Specify the type of implementation to compute the FFT as one of these options:

• `FFTW` — Select this option to use to support an arbitrary-length input signal. The block restricts generated code with the `FFTW` implementation to host computers capable of running MATLAB®.

• `Radix-2` — Select this option to support bit-reversed processing, fixed and floating-point data, or portable C-code generation using Simulink Coder. The dimensions of the input matrix, M and N, must be powers of two. To work with other input sizes, use the Image Pad block to pad or truncate these dimensions to powers of two, or, if possible, choose the `FFTW` implementation. For more information about the algorithms used by the `Radix-2` mode, see Radix-2 Implementation.

• `Auto` — Select this option to let the block choose the FFT implementation. For non-power-of-two transform lengths, the block restricts generated code to MATLAB host computers.

Specify whether the input to the block is in bit-reversed order or linear order. Select this parameter when you specify the input in bit-reversed order. Otherwise, clear this parameter. The block yields invalid output when you do not set this parameter correctly. For more information on the bit-reversed order of input, see Bit-Reversed Order.

#### Dependencies

To enable this parameter, set the FFT implementation parameter to `Auto` or `Radix-2`.

Select this parameter to specify that the block input is conjugate symmetric, and you want real-valued outputs. Otherwise, clear this parameter.

The 2-D FFT block yields conjugate symmetric output when you input real-valued data. Taking the 2-D IFFT of a conjugate symmetric input matrix produces real-valued output. Therefore, if the input to the 2-D IFFT block is conjugate symmetric, and you select this parameter, the block produces real-valued outputs. When you select this parameter, the block optimizes its computation method. You cannot select this parameter for fixed-point.

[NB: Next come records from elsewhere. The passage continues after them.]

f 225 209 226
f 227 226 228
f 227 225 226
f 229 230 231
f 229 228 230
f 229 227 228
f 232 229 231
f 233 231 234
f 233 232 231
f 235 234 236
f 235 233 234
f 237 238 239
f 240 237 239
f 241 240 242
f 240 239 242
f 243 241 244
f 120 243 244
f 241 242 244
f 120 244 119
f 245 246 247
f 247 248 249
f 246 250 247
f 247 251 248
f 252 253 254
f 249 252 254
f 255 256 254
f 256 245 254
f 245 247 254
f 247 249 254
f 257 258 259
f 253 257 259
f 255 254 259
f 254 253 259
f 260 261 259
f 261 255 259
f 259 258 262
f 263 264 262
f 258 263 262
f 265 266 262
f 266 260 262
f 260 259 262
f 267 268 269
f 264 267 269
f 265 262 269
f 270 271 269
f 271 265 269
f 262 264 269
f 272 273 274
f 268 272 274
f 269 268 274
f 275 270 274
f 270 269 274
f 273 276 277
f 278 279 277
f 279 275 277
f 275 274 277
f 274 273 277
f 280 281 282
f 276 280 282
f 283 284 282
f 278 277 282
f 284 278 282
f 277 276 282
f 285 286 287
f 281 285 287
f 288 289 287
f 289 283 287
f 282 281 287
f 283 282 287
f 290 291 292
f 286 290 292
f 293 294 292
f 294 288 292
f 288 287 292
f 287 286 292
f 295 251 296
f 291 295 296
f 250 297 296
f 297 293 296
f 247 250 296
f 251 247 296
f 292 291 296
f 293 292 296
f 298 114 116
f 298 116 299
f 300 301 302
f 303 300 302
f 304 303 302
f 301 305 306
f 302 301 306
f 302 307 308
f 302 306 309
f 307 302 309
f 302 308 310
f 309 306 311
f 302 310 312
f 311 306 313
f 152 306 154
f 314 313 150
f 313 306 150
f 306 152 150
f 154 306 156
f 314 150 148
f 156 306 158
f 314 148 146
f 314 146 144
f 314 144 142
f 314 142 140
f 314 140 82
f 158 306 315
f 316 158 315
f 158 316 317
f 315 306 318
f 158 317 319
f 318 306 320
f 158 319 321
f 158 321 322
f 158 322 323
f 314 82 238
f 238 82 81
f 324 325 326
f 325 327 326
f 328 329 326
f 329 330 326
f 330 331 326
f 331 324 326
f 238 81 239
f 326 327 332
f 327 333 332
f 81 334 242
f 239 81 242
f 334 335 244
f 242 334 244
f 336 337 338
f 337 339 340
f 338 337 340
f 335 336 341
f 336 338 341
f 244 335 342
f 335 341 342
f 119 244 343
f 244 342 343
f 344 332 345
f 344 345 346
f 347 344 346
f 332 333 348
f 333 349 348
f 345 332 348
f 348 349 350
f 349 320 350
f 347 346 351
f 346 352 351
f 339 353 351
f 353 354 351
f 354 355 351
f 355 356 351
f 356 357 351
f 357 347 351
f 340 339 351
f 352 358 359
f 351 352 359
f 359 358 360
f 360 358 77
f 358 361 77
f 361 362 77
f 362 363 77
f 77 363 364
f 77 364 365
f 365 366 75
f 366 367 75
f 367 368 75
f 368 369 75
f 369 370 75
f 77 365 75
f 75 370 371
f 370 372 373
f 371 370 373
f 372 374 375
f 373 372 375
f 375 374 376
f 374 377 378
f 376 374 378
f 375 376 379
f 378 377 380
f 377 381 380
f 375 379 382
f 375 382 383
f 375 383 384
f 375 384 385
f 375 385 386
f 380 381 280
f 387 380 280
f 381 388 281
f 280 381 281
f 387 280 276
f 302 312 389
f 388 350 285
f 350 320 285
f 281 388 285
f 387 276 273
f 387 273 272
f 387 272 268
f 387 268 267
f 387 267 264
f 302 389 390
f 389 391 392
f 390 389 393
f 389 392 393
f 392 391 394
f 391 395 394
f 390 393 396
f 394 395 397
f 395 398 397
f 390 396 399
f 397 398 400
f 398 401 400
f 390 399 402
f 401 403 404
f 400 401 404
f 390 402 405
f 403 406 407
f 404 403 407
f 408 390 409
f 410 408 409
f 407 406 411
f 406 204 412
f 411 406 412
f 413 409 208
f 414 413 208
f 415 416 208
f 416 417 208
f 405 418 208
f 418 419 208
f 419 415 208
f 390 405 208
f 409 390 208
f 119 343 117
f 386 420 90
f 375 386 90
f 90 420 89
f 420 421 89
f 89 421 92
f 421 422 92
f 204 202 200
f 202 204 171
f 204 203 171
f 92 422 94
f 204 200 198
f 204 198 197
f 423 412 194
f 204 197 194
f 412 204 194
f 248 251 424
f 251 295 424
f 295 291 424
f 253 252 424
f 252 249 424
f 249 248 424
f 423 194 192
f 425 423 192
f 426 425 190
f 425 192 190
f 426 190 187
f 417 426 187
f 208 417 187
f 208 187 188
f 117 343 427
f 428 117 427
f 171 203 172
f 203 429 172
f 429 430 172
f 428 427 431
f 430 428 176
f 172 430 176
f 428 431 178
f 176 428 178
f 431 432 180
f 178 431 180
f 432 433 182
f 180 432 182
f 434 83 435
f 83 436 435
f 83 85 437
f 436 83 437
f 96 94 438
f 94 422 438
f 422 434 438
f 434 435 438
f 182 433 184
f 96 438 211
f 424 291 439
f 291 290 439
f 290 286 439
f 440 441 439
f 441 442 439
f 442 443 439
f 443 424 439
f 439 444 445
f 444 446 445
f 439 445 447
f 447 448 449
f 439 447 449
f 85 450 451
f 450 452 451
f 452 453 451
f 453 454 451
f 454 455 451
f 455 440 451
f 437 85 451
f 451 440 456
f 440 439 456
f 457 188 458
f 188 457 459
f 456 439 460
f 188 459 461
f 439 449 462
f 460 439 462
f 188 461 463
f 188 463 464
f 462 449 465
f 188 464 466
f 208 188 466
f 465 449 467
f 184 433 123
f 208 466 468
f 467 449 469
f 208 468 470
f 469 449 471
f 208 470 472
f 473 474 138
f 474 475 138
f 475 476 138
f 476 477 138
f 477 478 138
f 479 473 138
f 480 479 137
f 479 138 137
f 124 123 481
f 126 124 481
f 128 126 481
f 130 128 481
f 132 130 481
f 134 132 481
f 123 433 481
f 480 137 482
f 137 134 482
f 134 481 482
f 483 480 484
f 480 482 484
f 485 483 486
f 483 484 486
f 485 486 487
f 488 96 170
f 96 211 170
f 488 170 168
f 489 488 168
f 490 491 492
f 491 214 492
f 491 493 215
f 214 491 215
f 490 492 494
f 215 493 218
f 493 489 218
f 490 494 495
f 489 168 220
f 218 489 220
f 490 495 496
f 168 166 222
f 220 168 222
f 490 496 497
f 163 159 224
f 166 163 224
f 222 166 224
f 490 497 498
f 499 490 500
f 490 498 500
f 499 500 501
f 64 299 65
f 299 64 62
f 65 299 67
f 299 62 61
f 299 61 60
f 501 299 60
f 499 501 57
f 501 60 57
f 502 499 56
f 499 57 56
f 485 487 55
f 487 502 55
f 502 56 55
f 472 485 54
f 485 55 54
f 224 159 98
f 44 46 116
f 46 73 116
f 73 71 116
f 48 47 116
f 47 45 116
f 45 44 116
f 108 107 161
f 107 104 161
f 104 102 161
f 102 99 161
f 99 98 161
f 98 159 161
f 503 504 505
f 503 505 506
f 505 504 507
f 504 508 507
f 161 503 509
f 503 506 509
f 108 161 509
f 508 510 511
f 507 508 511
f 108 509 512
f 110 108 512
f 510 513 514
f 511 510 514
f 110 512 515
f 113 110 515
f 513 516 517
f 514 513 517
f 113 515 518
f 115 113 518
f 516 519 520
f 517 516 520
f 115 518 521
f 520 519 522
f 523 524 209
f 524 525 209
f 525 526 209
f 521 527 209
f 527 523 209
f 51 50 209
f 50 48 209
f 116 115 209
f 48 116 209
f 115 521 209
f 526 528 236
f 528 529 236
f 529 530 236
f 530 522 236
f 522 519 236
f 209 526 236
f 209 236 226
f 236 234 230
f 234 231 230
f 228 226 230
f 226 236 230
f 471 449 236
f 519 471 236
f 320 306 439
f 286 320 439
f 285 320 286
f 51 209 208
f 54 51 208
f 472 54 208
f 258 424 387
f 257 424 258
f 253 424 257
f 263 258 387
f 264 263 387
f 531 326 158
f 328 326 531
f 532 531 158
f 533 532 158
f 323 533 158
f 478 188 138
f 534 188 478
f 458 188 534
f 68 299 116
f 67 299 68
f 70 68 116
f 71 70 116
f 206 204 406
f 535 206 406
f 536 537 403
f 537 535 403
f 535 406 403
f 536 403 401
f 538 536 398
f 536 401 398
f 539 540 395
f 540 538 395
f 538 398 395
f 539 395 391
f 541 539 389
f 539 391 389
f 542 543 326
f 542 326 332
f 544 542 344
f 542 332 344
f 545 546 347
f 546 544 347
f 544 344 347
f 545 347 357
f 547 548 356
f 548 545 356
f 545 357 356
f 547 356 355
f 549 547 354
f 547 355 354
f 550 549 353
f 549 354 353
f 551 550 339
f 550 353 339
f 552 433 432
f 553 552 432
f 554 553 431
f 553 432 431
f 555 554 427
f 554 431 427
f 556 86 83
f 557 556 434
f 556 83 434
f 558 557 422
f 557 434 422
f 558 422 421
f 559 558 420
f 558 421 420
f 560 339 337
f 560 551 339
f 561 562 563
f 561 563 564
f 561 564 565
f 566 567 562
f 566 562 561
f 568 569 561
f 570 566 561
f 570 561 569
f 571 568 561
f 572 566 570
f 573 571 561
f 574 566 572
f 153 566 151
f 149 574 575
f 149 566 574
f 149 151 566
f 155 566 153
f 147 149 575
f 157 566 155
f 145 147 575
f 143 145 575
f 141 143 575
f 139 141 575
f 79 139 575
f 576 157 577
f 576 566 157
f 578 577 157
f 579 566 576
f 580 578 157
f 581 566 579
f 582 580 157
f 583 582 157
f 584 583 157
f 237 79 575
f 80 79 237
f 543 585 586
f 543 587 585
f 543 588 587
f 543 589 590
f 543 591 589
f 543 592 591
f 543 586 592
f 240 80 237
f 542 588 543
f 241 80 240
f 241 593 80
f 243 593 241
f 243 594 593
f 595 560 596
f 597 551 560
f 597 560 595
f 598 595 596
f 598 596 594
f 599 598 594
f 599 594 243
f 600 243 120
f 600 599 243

If you specify conjugate symmetric input data and do not select this parameter, the block outputs complex-valued data with small imaginary parts. The block outputs invalid data if you select this parameter with input data that is not conjugate symmetric input data.

Select this parameter to compute the scaled IFFT, which divides the output by the product of the dimension lengths of the FFT input dimension, as shown in this equation.

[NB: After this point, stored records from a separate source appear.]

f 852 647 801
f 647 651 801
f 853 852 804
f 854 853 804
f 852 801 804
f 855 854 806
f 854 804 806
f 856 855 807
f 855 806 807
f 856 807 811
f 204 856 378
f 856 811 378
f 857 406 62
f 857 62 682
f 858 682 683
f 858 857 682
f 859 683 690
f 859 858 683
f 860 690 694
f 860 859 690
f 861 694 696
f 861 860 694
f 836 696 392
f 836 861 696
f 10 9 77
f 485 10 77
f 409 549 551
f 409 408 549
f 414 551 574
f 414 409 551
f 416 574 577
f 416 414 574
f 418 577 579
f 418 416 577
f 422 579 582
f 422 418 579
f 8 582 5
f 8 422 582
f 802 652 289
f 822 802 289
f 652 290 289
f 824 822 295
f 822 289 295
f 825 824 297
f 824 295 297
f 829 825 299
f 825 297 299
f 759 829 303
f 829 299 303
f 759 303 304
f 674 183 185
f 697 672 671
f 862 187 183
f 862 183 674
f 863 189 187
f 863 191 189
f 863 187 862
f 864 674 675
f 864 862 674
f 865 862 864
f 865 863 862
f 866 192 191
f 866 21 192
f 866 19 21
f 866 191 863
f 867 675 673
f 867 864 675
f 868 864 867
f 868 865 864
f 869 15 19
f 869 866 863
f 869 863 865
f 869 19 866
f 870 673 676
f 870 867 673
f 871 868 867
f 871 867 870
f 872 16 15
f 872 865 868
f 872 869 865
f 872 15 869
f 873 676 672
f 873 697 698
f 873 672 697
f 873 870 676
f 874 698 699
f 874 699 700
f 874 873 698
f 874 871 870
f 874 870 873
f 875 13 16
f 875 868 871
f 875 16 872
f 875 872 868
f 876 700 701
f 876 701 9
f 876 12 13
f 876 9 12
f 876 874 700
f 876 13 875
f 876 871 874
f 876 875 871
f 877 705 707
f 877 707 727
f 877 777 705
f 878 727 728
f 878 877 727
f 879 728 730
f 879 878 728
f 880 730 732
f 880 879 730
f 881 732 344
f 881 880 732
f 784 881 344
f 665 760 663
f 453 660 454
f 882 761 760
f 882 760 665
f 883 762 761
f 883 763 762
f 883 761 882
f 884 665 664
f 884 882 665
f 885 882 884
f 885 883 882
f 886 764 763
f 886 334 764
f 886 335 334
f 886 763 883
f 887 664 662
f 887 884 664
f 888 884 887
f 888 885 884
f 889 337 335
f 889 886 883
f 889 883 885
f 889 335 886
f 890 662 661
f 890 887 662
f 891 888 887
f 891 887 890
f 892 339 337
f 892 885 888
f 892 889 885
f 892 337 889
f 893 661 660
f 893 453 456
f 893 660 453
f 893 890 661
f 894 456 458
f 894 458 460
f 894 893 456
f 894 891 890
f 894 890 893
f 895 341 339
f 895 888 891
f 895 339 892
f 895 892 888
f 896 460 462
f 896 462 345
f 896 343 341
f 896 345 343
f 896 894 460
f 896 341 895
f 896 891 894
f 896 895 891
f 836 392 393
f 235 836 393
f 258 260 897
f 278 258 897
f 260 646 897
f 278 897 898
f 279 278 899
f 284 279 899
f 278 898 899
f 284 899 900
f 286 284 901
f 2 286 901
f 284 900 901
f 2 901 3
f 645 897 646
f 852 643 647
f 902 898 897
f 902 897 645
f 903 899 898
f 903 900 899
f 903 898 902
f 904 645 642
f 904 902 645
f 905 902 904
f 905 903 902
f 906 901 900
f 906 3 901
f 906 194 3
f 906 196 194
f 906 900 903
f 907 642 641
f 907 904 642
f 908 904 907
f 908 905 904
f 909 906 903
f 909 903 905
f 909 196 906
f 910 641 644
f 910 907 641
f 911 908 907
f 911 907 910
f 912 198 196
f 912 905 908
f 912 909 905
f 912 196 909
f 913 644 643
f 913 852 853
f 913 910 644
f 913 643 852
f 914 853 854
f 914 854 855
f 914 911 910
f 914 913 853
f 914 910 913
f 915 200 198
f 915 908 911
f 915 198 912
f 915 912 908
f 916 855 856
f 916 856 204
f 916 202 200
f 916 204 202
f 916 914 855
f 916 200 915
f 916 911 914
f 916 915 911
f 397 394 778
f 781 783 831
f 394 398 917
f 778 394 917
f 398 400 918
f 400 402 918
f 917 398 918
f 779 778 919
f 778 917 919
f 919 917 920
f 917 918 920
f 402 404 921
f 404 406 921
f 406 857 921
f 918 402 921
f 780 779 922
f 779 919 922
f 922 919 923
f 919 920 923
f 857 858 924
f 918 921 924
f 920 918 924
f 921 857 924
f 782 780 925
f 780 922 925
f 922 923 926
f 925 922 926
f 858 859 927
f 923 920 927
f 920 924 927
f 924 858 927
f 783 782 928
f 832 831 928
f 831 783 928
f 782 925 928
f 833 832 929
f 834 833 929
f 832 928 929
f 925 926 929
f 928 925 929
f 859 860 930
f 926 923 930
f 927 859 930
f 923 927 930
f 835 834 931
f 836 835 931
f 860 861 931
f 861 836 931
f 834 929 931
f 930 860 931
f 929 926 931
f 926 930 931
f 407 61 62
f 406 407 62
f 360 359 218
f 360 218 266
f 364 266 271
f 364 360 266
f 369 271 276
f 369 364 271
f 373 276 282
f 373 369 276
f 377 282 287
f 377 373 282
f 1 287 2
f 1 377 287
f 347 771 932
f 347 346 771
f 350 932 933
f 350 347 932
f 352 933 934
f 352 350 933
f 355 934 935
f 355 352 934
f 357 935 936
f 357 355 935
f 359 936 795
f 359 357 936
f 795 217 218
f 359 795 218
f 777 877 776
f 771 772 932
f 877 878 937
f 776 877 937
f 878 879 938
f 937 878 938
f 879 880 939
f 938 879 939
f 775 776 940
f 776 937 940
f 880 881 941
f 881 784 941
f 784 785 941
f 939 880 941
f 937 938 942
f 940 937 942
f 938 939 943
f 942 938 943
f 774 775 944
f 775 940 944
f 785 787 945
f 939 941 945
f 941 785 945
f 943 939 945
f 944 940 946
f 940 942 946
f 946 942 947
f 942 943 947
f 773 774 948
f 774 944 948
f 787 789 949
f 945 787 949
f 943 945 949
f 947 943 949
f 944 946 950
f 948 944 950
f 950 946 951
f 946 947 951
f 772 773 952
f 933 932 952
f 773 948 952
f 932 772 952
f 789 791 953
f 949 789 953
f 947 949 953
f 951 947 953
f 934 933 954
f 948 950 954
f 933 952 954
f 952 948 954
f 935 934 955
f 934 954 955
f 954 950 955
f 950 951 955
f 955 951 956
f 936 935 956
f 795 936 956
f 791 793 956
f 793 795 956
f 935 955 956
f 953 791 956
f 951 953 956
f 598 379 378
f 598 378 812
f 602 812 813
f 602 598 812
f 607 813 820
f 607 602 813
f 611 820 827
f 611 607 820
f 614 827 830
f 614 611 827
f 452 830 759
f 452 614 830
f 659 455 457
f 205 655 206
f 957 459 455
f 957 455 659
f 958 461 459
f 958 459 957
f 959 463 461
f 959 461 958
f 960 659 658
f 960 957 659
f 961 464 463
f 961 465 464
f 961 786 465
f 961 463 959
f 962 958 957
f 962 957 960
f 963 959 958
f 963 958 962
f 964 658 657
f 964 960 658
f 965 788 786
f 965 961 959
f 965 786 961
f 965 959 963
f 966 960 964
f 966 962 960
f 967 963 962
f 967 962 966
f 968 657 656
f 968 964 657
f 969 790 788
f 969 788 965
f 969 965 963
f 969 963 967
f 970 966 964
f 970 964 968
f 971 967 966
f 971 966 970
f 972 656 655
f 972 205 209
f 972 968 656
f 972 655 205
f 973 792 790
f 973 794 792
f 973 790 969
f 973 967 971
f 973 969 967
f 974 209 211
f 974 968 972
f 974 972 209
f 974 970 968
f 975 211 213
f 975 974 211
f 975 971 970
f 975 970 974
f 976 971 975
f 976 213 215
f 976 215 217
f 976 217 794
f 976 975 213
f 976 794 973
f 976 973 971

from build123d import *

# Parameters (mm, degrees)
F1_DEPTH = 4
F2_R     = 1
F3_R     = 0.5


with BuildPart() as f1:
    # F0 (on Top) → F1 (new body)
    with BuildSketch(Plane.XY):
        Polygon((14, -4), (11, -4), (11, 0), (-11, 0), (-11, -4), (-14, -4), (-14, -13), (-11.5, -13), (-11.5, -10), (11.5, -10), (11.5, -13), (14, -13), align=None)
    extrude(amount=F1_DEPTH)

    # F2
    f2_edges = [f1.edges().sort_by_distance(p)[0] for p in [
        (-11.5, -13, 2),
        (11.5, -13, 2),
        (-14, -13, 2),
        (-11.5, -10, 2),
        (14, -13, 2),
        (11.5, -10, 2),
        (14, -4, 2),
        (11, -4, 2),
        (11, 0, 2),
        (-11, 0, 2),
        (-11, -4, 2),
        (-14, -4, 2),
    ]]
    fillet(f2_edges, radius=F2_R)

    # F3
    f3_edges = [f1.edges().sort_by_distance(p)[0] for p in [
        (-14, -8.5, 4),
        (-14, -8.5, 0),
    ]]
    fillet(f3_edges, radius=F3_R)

`$f\left(x,y\right)=\frac{1}{MN}\sum _{m=0}^{M-1}\sum _{n=0}^{N-1}F\left(m,n\right){e}^{j\frac{2\pi mx}{M}}{e}^{j\frac{2\pi ny}{N}},$`

where $0\le x\le M-1$ and $0\le y\le N-1$.

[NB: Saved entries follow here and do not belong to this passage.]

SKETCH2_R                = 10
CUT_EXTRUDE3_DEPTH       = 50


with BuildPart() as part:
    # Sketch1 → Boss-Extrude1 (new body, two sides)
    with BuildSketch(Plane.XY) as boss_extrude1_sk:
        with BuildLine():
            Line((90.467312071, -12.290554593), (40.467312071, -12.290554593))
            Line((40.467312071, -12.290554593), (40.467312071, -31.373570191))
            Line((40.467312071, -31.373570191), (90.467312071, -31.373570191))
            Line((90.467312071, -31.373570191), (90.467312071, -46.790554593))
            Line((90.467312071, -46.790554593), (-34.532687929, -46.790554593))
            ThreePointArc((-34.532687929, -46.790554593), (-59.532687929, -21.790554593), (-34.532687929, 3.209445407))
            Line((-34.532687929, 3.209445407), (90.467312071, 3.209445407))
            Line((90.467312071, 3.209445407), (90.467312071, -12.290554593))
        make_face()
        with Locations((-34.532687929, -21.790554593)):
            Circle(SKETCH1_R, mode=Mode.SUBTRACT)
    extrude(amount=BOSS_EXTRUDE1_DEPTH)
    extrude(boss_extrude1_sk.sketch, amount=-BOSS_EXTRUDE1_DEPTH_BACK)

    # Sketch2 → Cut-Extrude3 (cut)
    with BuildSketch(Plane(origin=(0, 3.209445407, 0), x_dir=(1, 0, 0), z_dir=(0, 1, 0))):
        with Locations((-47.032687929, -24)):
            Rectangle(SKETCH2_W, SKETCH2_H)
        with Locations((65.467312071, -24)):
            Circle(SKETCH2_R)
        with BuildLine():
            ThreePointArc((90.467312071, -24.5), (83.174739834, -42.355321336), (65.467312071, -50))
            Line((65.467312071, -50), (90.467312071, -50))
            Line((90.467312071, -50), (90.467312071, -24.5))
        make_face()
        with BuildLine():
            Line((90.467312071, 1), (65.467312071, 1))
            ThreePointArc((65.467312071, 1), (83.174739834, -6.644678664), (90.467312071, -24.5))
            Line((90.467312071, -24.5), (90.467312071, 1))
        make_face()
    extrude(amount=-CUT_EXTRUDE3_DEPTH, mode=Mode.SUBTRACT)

When you clear this parameter, the block computes the unscaled version of the IFFT, as shown in this equation.

`$f\left(x,y\right)=\sum _{m=0}^{M-1}\sum _{n=0}^{N-1}F\left(m,n\right){e}^{j\frac{2\pi mx}{M}}{e}^{j\frac{2\pi ny}{N}}$`

### Data Types

For details on the fixed-point block parameters, see Specify Fixed-Point Attributes for Blocks (DSP System Toolbox).

Select this parameter to prevent the fixed-point tools from overriding the data types you specify in this block. For more information, see Lock the Output Data Type Setting (Fixed-Point Designer).

## Block Characteristics

 Data Types `double` | `fixed point` | `integer` | `single` Multidimensional Signals `no` Variable-Size Signals `yes`